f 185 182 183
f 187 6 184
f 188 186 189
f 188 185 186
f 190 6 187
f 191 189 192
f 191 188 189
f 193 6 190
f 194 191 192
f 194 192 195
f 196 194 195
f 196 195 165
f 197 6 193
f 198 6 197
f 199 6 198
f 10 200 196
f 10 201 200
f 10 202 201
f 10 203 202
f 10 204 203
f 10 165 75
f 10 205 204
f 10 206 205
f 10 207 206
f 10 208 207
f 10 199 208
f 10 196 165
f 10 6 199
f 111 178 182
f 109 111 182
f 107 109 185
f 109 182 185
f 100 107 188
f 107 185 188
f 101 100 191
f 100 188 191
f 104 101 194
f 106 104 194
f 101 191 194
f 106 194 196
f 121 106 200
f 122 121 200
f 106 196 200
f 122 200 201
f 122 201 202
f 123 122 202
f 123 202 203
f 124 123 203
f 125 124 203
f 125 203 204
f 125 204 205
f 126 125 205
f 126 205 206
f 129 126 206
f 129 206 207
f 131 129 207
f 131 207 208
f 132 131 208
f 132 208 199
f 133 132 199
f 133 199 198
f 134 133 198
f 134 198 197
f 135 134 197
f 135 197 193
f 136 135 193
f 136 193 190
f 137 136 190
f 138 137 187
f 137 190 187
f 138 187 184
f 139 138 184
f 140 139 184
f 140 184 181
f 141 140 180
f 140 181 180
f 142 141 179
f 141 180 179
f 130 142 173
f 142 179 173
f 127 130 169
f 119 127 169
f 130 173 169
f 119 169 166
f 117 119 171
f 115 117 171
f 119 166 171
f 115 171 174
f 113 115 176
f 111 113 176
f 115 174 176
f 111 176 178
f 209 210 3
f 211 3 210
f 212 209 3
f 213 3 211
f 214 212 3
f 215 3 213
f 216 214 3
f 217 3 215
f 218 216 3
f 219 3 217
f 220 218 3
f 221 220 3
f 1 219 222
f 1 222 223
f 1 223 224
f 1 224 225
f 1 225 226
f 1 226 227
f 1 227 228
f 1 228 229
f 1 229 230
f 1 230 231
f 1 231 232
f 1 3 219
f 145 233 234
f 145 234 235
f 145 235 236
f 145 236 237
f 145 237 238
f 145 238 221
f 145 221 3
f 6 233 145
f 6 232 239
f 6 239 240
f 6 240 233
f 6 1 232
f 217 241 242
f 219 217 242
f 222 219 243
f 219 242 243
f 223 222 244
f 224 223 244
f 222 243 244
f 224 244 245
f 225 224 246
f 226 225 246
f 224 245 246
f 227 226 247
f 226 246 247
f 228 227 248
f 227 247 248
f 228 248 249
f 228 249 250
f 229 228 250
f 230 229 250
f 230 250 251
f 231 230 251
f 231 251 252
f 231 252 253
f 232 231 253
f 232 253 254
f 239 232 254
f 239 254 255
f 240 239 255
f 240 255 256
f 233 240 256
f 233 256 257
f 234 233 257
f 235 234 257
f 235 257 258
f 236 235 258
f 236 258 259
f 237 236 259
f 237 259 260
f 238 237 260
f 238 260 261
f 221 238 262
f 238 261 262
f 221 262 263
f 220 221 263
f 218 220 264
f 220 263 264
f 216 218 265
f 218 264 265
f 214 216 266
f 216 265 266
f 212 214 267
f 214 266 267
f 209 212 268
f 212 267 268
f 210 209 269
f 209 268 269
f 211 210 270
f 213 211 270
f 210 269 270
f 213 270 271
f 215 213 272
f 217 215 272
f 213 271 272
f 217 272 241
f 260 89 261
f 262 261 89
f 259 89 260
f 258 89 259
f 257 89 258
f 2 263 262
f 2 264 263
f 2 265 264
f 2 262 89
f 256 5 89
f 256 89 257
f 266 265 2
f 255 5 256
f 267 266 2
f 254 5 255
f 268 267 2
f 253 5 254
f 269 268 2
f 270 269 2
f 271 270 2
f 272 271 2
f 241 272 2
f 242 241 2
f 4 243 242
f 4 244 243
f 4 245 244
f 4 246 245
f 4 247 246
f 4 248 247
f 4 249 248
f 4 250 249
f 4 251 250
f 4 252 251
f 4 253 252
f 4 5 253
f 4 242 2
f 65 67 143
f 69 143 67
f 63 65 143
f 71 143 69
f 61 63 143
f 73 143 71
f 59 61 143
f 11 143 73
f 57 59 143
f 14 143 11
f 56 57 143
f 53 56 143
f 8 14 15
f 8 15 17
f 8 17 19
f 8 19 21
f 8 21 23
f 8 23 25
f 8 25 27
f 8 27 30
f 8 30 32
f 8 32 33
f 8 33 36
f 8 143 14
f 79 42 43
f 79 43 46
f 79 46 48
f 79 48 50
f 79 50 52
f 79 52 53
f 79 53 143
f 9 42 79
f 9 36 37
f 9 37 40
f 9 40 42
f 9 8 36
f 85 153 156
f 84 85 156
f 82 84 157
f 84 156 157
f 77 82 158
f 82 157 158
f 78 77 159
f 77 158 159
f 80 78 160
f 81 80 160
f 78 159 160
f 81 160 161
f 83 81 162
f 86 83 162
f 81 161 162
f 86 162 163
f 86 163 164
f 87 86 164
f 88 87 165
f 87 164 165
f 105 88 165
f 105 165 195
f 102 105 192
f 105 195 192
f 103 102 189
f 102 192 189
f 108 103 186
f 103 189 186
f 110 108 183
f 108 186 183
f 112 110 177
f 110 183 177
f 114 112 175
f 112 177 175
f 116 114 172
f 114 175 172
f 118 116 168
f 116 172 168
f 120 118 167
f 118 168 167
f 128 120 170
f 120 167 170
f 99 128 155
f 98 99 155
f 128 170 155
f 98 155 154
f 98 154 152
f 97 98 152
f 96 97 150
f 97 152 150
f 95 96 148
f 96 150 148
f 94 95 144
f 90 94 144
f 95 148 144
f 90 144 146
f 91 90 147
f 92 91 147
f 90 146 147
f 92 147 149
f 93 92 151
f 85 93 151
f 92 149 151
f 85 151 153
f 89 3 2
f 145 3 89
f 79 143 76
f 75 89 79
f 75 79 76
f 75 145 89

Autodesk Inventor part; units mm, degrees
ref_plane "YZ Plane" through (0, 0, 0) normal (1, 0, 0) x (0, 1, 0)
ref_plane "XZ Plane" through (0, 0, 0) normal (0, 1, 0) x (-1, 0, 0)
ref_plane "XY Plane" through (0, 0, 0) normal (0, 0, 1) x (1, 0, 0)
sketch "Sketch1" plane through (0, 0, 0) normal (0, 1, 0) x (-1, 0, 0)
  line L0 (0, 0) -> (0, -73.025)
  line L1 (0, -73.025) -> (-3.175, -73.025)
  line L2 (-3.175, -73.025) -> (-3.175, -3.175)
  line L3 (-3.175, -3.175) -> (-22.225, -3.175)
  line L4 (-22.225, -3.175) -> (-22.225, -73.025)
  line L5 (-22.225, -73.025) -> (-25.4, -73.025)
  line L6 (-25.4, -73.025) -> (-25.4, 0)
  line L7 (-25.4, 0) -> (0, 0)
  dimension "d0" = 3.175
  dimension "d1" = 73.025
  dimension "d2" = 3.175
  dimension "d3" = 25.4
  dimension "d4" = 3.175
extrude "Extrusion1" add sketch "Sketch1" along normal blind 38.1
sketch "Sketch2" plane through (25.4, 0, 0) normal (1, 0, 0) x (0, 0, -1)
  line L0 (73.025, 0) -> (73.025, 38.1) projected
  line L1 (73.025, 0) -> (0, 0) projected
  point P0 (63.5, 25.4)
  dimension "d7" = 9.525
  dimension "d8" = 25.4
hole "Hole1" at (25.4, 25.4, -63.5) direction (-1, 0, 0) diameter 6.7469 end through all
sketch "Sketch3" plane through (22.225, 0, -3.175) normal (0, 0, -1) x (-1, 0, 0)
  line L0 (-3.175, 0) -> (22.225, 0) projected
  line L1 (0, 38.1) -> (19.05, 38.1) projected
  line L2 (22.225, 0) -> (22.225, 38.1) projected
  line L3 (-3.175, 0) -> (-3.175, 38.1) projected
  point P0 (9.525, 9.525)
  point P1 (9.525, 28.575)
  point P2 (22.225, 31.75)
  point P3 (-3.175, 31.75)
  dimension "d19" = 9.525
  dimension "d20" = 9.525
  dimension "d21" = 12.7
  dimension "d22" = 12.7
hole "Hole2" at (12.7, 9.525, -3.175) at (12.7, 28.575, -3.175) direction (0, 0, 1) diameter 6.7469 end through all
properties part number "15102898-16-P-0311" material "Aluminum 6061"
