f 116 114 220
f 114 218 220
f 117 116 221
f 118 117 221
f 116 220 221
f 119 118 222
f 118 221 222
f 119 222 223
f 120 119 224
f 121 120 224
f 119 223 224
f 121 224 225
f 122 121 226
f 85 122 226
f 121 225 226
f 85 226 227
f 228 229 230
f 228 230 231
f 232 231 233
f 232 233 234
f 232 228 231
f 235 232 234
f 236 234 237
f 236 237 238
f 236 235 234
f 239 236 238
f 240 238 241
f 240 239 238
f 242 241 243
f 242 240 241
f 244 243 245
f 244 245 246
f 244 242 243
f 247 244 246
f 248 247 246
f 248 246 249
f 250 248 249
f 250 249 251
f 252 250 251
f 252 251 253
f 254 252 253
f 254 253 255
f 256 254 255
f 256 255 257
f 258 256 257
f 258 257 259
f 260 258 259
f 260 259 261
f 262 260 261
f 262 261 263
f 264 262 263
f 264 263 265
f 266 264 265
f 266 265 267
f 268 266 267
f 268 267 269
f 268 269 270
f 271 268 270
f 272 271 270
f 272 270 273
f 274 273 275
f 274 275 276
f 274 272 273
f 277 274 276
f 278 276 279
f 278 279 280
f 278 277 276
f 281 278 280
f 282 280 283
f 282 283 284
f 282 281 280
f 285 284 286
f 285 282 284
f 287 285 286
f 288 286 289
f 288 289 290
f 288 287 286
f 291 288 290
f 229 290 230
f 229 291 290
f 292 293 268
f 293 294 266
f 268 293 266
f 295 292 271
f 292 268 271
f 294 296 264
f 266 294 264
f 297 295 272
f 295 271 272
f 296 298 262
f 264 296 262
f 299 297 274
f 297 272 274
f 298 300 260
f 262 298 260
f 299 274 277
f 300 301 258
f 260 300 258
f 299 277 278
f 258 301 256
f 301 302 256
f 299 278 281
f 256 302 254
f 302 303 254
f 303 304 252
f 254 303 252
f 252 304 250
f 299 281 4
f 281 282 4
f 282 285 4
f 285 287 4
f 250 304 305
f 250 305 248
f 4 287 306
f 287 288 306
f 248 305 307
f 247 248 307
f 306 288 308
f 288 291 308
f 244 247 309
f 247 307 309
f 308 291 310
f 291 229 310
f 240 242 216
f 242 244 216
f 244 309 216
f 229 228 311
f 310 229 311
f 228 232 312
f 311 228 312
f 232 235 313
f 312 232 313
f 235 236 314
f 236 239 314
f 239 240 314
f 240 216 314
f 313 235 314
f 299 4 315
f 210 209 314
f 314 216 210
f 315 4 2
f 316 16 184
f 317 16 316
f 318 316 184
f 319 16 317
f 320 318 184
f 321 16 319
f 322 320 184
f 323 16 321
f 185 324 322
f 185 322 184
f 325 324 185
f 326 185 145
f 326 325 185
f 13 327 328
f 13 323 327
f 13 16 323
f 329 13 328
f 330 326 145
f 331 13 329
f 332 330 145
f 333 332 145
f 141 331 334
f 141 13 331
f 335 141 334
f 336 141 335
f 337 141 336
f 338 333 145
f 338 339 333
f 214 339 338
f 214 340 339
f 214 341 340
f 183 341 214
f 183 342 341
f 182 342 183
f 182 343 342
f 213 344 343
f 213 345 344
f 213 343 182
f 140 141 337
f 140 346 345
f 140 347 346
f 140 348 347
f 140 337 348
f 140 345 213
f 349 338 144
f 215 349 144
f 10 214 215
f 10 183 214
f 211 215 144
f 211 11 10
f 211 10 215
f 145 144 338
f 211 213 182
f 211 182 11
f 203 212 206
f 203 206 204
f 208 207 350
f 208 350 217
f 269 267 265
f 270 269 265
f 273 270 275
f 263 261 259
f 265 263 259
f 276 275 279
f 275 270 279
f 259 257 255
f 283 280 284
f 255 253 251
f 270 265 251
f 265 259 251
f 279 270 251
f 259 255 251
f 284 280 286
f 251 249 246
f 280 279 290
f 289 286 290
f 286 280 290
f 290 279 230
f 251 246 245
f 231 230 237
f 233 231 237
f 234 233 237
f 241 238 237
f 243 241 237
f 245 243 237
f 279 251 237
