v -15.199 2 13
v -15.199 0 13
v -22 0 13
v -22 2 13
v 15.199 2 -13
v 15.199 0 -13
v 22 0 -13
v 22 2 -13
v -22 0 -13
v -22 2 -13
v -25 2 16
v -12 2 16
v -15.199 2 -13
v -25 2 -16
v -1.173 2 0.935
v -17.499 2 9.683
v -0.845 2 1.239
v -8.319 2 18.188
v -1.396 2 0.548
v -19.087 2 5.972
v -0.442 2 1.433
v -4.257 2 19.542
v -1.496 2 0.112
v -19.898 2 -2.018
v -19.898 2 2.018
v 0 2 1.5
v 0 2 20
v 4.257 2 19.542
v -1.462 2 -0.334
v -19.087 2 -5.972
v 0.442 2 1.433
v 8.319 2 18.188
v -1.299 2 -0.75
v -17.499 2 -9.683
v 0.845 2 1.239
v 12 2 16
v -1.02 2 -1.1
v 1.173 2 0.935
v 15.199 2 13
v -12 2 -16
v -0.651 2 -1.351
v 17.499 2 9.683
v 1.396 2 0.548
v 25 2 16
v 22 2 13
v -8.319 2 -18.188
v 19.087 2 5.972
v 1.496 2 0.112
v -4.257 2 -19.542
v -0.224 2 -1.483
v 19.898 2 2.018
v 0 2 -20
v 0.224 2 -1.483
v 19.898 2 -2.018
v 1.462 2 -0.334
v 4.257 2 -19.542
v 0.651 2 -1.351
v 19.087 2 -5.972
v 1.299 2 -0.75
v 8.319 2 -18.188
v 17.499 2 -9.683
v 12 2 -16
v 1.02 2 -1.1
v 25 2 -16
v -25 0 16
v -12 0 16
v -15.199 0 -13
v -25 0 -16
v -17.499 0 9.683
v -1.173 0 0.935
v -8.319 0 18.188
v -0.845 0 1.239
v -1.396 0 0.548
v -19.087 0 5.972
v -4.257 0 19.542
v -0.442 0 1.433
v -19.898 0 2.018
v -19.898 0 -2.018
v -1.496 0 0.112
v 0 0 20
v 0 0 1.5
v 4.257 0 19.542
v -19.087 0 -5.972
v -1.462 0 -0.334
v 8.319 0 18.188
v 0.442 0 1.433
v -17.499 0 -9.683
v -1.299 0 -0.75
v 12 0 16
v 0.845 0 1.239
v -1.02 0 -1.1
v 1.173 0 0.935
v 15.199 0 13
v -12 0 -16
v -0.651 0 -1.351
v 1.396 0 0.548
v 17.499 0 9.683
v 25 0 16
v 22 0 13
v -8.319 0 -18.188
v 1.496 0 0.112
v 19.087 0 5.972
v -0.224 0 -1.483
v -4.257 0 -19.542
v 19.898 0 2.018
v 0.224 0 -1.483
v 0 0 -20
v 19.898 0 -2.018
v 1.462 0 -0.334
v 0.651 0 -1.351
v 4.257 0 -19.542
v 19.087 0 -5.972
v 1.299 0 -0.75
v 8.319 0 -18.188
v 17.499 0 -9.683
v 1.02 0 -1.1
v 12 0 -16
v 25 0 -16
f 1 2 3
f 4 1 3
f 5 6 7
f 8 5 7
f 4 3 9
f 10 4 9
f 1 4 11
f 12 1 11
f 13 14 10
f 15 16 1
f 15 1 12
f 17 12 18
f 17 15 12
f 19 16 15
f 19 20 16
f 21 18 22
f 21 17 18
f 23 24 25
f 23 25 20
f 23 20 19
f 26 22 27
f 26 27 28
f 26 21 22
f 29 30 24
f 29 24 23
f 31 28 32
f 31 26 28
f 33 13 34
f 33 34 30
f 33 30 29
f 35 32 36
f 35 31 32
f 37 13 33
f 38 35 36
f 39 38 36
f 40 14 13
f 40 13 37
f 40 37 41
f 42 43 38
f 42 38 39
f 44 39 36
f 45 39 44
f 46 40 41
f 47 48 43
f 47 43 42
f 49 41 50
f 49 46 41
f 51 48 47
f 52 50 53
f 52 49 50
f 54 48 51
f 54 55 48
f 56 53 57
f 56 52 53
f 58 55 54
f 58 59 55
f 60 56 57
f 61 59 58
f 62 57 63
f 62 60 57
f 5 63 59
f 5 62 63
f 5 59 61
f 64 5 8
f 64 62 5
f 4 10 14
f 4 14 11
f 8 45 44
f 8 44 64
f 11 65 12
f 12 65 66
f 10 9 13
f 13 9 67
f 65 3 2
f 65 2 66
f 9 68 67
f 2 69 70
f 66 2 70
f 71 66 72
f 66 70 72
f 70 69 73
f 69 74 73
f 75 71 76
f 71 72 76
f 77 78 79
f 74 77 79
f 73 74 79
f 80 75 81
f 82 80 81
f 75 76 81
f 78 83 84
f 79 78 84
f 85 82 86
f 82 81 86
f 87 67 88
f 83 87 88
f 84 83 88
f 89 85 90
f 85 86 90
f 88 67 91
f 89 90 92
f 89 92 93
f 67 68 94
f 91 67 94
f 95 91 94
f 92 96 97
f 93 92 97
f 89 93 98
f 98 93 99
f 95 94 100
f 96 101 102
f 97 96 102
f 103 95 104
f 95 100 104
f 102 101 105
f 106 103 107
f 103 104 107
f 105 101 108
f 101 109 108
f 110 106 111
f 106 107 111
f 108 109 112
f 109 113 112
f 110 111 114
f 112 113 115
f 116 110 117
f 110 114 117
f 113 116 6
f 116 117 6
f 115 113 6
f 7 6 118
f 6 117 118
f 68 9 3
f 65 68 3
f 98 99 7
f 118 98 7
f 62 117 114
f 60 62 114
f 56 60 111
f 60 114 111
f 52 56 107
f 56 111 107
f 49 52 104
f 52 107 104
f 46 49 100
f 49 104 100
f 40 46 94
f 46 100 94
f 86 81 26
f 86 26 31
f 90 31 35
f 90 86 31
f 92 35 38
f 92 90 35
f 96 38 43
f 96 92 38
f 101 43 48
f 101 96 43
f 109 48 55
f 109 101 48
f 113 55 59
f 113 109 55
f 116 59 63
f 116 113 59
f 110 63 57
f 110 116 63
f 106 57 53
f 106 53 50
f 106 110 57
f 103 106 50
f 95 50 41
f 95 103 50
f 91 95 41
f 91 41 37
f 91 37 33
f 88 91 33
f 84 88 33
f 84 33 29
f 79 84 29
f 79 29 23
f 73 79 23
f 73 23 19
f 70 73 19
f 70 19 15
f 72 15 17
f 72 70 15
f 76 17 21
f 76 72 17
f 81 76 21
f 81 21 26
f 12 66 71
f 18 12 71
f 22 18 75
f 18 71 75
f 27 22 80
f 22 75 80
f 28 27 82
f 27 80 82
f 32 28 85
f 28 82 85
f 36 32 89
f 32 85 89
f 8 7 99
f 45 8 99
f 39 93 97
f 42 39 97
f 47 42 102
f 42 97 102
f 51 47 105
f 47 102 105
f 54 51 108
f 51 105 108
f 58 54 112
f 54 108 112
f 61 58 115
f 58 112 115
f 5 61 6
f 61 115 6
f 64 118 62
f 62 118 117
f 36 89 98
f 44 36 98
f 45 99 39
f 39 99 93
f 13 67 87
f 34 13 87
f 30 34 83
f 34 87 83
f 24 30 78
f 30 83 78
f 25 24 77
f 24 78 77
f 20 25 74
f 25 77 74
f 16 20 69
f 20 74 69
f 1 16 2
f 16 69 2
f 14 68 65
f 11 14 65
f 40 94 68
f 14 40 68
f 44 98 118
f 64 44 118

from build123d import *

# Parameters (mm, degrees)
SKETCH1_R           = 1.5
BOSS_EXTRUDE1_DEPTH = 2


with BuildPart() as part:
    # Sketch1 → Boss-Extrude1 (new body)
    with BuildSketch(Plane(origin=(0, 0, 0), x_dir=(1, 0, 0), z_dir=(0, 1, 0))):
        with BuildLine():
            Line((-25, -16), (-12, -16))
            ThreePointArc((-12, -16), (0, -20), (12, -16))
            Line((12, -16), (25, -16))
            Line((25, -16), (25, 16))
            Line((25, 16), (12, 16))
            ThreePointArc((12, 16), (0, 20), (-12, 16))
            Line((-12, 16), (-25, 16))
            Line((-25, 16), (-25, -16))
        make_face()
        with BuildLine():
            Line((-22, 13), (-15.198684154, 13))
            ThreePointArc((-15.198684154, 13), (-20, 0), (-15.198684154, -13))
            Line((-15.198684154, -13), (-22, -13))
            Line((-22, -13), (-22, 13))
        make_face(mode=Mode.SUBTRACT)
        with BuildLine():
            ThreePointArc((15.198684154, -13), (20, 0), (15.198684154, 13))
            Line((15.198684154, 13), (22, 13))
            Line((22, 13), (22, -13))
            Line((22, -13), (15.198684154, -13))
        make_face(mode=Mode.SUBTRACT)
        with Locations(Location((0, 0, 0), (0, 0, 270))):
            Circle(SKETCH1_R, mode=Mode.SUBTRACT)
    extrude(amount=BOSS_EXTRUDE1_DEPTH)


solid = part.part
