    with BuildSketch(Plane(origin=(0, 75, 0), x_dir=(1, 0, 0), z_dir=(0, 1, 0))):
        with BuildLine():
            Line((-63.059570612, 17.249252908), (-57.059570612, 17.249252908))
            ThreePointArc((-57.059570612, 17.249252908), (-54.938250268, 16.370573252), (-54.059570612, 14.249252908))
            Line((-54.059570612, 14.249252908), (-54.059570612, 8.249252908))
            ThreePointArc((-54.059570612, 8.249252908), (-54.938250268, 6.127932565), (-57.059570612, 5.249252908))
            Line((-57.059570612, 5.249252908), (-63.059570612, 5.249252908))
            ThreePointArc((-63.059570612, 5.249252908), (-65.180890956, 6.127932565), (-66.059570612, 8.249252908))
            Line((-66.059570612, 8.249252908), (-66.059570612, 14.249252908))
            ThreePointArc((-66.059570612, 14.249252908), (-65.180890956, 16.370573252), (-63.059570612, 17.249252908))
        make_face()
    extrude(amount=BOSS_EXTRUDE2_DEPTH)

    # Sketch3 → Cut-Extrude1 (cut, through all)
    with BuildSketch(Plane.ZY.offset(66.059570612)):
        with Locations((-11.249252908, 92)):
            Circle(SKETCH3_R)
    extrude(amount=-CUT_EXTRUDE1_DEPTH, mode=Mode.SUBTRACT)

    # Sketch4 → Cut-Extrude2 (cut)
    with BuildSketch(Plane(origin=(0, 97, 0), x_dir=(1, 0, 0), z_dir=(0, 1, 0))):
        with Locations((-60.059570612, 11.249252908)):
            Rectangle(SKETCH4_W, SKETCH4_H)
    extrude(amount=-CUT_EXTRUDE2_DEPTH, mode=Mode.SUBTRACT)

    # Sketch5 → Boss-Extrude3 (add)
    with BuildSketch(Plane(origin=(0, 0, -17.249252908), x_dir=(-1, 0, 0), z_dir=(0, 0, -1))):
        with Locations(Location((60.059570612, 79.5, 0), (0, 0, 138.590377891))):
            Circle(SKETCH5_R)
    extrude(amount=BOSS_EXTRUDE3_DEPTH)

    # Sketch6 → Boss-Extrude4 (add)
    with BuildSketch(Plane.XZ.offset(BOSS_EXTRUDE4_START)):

#### Exercise brief:
Among the entries above, locate the lines containing "f 103 104 107" and "f 64 44 118", and transcribe exactly those two lines and all lines between.

#### Response area:
f 103 104 107
f 105 101 108
f 101 109 108
f 110 106 111
f 106 107 111
f 108 109 112
f 109 113 112
f 110 111 114
f 112 113 115
f 116 110 117
f 110 114 117
f 113 116 6
f 116 117 6
f 115 113 6
f 7 6 118
f 6 117 118
f 68 9 3
f 65 68 3
f 98 99 7
f 118 98 7
f 62 117 114
f 60 62 114
f 56 60 111
f 60 114 111
f 52 56 107
f 56 111 107
f 49 52 104
f 52 107 104
f 46 49 100
f 49 104 100
f 40 46 94
f 46 100 94
f 86 81 26
f 86 26 31
f 90 31 35
f 90 86 31
f 92 35 38
f 92 90 35
f 96 38 43
f 96 92 38
f 101 43 48
f 101 96 43
f 109 48 55
f 109 101 48
f 113 55 59
f 113 109 55
f 116 59 63
f 116 113 59
f 110 63 57
f 110 116 63
f 106 57 53
f 106 53 50
f 106 110 57
f 103 106 50
f 95 50 41
f 95 103 50
f 91 95 41
f 91 41 37
f 91 37 33
f 88 91 33
f 84 88 33
f 84 33 29
f 79 84 29
f 79 29 23
f 73 79 23
f 73 23 19
f 70 73 19
f 70 19 15
f 72 15 17
f 72 70 15
f 76 17 21
f 76 72 17
f 81 76 21
f 81 21 26
f 12 66 71
f 18 12 71
f 22 18 75
f 18 71 75
f 27 22 80
f 22 75 80
f 28 27 82
f 27 80 82
f 32 28 85
f 28 82 85
f 36 32 89
f 32 85 89
f 8 7 99
f 45 8 99
f 39 93 97
f 42 39 97
f 47 42 102
f 42 97 102
f 51 47 105
f 47 102 105
f 54 51 108
f 51 105 108
f 58 54 112
f 54 108 112
f 61 58 115
f 58 112 115
f 5 61 6
f 61 115 6
f 64 118 62
f 62 118 117
f 36 89 98
f 44 36 98
f 45 99 39
f 39 99 93
f 13 67 87
f 34 13 87
f 30 34 83
f 34 87 83
f 24 30 78
f 30 83 78
f 25 24 77
f 24 78 77
f 20 25 74
f 25 77 74
f 16 20 69
f 20 74 69
f 1 16 2
f 16 69 2
f 14 68 65
f 11 14 65
f 40 94 68
f 14 40 68
f 44 98 118
f 64 44 118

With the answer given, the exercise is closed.